What a cheerful little presence in my house! And small enough to take away in the caravan too, given enough bubble-wrap.

Down in Brighton Museum and Art Gallery, there's a huge nineteenth-century painted cat like Rosie, of the sort that inspired Wemyss Ware in the first place:

One wonders what will happen if they ever chance to meet. In fact I can't get it out of my head. Supposing they do? Supposing one day I'm in the Museum and I have Rosie with me? What will happen? That's the question I keep on asking myself.

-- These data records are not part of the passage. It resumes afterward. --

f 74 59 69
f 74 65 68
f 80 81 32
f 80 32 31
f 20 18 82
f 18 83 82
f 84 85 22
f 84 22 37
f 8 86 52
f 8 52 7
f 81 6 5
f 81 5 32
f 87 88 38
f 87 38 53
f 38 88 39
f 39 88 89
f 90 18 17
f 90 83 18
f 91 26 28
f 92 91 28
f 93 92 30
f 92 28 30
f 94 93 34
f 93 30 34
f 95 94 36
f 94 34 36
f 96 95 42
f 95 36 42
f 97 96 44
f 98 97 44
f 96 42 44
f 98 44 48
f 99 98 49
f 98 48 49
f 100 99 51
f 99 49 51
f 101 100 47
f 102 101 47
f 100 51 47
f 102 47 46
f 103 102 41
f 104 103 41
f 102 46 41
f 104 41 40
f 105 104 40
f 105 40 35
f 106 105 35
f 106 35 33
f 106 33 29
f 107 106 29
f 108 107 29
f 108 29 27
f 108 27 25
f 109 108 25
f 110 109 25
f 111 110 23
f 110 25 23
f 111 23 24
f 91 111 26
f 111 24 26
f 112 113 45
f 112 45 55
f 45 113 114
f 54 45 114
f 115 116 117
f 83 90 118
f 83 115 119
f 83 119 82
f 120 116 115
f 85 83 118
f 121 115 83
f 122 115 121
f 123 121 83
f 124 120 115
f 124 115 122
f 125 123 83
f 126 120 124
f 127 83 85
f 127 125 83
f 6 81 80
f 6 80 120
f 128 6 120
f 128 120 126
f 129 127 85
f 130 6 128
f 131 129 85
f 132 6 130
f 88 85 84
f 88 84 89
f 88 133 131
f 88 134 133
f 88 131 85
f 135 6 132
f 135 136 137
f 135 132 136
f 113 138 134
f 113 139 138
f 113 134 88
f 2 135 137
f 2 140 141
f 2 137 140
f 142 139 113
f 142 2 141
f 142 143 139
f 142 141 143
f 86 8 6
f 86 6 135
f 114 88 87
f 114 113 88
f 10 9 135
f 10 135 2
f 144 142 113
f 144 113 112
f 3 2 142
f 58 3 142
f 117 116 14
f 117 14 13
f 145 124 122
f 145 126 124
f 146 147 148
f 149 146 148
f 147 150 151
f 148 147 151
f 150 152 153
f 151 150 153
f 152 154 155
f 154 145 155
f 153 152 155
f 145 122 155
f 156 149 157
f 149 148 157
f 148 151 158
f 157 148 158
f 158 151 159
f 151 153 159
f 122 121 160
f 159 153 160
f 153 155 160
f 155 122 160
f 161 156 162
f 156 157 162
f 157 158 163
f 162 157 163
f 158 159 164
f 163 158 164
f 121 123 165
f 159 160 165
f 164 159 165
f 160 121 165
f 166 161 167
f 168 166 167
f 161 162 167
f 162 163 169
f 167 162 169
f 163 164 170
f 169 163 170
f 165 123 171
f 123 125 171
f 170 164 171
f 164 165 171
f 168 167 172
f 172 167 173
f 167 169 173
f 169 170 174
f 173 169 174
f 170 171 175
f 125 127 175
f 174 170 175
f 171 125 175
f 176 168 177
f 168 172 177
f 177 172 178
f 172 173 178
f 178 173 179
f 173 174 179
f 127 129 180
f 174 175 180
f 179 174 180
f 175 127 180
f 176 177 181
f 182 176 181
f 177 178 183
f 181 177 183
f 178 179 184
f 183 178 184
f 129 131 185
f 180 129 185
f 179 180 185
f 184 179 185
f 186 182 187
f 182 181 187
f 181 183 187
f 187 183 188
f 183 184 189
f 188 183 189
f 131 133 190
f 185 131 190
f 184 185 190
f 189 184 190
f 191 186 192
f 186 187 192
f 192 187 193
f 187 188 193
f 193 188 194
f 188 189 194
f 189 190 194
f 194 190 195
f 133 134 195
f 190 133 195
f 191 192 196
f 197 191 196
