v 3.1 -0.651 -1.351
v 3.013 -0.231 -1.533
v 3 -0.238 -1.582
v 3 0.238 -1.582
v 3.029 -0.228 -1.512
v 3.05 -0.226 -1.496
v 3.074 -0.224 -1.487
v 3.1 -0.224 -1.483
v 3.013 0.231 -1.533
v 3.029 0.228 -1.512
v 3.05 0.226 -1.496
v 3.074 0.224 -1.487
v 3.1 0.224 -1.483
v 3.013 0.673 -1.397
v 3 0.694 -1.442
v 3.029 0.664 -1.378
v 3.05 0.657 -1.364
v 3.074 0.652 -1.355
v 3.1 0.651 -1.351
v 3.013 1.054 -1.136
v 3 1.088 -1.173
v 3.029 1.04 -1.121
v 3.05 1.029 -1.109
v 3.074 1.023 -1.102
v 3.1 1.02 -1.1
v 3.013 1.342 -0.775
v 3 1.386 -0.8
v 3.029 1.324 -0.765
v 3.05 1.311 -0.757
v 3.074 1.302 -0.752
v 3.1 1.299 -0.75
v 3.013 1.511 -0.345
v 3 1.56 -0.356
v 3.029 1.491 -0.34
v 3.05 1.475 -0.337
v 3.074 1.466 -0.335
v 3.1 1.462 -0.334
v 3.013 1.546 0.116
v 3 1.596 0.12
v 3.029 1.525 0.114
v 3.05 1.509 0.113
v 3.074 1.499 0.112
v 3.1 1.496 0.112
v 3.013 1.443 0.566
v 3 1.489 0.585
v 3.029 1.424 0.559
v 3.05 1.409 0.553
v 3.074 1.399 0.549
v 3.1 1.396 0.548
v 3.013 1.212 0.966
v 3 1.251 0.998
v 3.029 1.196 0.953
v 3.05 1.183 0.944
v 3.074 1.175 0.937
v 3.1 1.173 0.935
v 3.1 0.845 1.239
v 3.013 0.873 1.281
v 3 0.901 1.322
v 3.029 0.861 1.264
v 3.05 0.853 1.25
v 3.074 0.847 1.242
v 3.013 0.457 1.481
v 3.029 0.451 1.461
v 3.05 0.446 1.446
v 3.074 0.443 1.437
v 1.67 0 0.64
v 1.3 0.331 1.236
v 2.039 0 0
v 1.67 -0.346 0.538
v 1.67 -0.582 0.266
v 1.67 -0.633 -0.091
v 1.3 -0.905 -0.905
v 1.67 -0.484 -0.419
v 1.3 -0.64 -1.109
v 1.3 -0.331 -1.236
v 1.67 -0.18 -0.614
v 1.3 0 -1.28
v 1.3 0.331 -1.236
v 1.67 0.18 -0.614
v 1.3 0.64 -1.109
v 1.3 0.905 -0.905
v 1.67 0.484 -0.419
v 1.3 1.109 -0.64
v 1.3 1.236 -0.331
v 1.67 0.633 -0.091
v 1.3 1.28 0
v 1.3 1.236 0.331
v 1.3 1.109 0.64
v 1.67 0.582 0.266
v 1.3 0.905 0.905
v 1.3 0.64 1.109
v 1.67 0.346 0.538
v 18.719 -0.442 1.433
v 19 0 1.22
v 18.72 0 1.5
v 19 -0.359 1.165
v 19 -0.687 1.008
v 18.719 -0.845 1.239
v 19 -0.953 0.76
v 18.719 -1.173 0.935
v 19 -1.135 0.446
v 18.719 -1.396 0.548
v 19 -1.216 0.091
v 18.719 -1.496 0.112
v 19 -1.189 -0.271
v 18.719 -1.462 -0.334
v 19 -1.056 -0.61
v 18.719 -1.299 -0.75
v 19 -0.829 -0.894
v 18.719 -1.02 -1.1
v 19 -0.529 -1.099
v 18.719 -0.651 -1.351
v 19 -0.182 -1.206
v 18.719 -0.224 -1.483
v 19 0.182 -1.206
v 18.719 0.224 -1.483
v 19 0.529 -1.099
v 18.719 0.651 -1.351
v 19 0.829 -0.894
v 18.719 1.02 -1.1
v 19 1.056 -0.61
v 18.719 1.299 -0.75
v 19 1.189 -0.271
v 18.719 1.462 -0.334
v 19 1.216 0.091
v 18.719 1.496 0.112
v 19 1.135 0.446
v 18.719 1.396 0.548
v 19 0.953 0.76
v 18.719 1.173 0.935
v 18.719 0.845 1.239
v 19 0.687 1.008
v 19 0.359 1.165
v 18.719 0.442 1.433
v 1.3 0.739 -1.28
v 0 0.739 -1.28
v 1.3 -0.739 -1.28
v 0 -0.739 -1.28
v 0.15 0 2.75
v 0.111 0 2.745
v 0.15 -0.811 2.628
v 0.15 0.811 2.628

  1. Lucy, you have immortalised the boat sculpture by my late friend Martin Rayner with whom I once shared an exhibition space in Belgium. I photographed the sculpture in the gallery as it evolved over the months from lumps of fresh wood to the finished piece. If you had gone for a dip in the fine swimming pool at Burnt island you would have seen many more of his works too.

  2. What a coincidence! I admired that boat sculpture (Silver Darlings), and it wasn't the only one at Kirkcaldy either. Honestly, Scotland is a fantastic place if you like art. When I come again, I will travel up as far as Aberdeen, and that will mean the Catterline artist Joan Eardley.

    It's such a pleasure to process this year's Scottish shots, and relive so many good moments. Our day in Edinburgh gets posted up this weekend. I shall use playful pseudonyms so that I can mention all three of us, and make a reference to another friend too, without endangering anyone's anonymity. A batch of pix by email is also imminent.